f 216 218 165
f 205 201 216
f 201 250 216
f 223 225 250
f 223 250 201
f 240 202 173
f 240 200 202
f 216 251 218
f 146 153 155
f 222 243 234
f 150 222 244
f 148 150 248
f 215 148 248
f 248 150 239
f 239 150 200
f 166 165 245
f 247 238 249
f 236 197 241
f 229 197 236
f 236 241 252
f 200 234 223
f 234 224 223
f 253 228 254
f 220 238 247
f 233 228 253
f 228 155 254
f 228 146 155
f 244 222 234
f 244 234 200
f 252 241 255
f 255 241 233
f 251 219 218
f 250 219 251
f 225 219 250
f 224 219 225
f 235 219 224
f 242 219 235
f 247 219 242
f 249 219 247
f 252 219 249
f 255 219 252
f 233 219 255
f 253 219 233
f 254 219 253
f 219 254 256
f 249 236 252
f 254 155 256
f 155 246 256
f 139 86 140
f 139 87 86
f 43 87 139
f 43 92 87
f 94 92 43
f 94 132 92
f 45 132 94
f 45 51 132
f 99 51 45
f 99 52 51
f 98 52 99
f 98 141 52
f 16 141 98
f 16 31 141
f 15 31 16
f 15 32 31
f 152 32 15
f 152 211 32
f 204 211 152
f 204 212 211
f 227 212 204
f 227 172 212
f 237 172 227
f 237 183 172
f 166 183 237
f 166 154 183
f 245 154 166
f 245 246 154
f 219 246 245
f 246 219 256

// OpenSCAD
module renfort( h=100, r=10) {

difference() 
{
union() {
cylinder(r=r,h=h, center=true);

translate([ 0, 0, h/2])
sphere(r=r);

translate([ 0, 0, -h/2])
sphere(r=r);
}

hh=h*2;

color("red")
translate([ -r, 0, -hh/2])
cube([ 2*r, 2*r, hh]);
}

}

^^^^

■ TASK REQUIREMENTS
Nothing in the data above may be skipped; repeat it all exactly.

■ YOUR RESPONSE
f 216 218 165
f 205 201 216
f 201 250 216
f 223 225 250
f 223 250 201
f 240 202 173
f 240 200 202
f 216 251 218
f 146 153 155
f 222 243 234
f 150 222 244
f 148 150 248
f 215 148 248
f 248 150 239
f 239 150 200
f 166 165 245
f 247 238 249
f 236 197 241
f 229 197 236
f 236 241 252
f 200 234 223
f 234 224 223
f 253 228 254
f 220 238 247
f 233 228 253
f 228 155 254
f 228 146 155
f 244 222 234
f 244 234 200
f 252 241 255
f 255 241 233
f 251 219 218
f 250 219 251
f 225 219 250
f 224 219 225
f 235 219 224
f 242 219 235
f 247 219 242
f 249 219 247
f 252 219 249
f 255 219 252
f 233 219 255
f 253 219 233
f 254 219 253
f 219 254 256
f 249 236 252
f 254 155 256
f 155 246 256
f 139 86 140
f 139 87 86
f 43 87 139
f 43 92 87
f 94 92 43
f 94 132 92
f 45 132 94
f 45 51 132
f 99 51 45
f 99 52 51
f 98 52 99
f 98 141 52
f 16 141 98
f 16 31 141
f 15 31 16
f 15 32 31
f 152 32 15
f 152 211 32
f 204 211 152
f 204 212 211
f 227 212 204
f 227 172 212
f 237 172 227
f 237 183 172
f 166 183 237
f 166 154 183
f 245 154 166
f 245 246 154
f 219 246 245
f 246 219 256

// OpenSCAD
module renfort( h=100, r=10) {

difference() 
{
union() {
cylinder(r=r,h=h, center=true);

translate([ 0, 0, h/2])
sphere(r=r);

translate([ 0, 0, -h/2])
sphere(r=r);
}

hh=h*2;

color("red")
translate([ -r, 0, -hh/2])
cube([ 2*r, 2*r, hh]);
}

}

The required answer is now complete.